一般的に、食事で「肉」「野菜」「お米」があったとしたら、「1.野菜→2.肉→3.お米」の順に食べるのが良いとされています。これは糖尿病の食事指導で利用されている食事療法です。
これを「ベジファースト」とすると、最近は肉を最初に摂取する「ミートファースト」、つまり「1.肉→2.野菜→3.お米」の順に食べる方法が話題になることがあります。

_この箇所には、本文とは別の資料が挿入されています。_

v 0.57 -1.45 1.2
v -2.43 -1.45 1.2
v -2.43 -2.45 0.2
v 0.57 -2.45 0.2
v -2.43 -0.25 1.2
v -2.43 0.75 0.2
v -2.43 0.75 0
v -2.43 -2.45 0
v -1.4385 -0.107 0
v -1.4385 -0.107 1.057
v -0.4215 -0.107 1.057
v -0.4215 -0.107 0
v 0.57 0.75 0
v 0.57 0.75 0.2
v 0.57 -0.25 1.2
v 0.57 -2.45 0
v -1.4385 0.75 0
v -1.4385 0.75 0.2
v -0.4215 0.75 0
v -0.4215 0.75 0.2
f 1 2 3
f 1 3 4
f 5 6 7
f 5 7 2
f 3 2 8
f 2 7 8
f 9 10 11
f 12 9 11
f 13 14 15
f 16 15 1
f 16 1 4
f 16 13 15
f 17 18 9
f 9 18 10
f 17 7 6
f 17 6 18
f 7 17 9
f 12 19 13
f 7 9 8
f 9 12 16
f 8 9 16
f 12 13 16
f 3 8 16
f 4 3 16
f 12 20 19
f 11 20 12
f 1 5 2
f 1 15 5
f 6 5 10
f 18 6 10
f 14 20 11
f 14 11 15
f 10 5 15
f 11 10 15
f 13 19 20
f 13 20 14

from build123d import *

# Parameters (mm, degrees)
SKETCH024_W             = 3.2
SKETCH024_H             = 3
PAD023_DEPTH            = 1.2
CHAMFER009_SIZE         = 1
SKETCH025_W             = 2.017963
SKETCH025_H             = 1.017
POCKET001_DEPTH         = 5
BODY023_PLACEMENT_ANGLE = 90


with BuildPart() as part:
    # Sketch024 → Pad023 (new body)
    with BuildSketch(Plane.XY):
        Rectangle(SKETCH024_W, SKETCH024_H)
    extrude(amount=PAD023_DEPTH)

    # Chamfer009
    chamfer009_edges = [part.edges().sort_by_distance(p)[0] for p in [
        (-1.6, 0, 1.2),
        (1.6, 0, 1.2),
    ]]
    chamfer(chamfer009_edges, length=CHAMFER009_SIZE)

    # Sketch025 (on Face5 of Chamfer009) → Pocket001 (cut)
    with BuildSketch(Plane.XY.offset(1.2)):
        with Locations((-1.75199, 0)):
            Rectangle(SKETCH025_W, SKETCH025_H)
    extrude(amount=-POCKET001_DEPTH, mode=Mode.SUBTRACT)


with BuildPart() as part_1:
    # Body023 placement: moved
    add(part.part.moved(Location((-0.93, -0.85, 0))).rotate(Axis((-0.93, -0.85, 0), (0, 0, -1)), BODY023_PLACEMENT_ANGLE))


solid = part_1.part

この2つの方法を比較したときに、消化管から分泌される、インスリン分泌を促進するホルモン「インクレチン」(血糖維持に働くホルモン)の分泌量はどう変化するのか考えてみました。
「ミートファースト」の方がインクレチン分泌量が増え、胃の消化運動を抑制して腹持ちが良くなるためダイエットしやすいという意見があります。しかし、ミートファーストでインクレチン分泌量が増えたのち、最後のお米でインクレチン分泌量が低下することを考えると、「ベジファースト」は肉とお米の順番が近いため、インクレチンの総分泌量はミートファーストと比較するとあまり変わらないか、やや低下する程度と考えます。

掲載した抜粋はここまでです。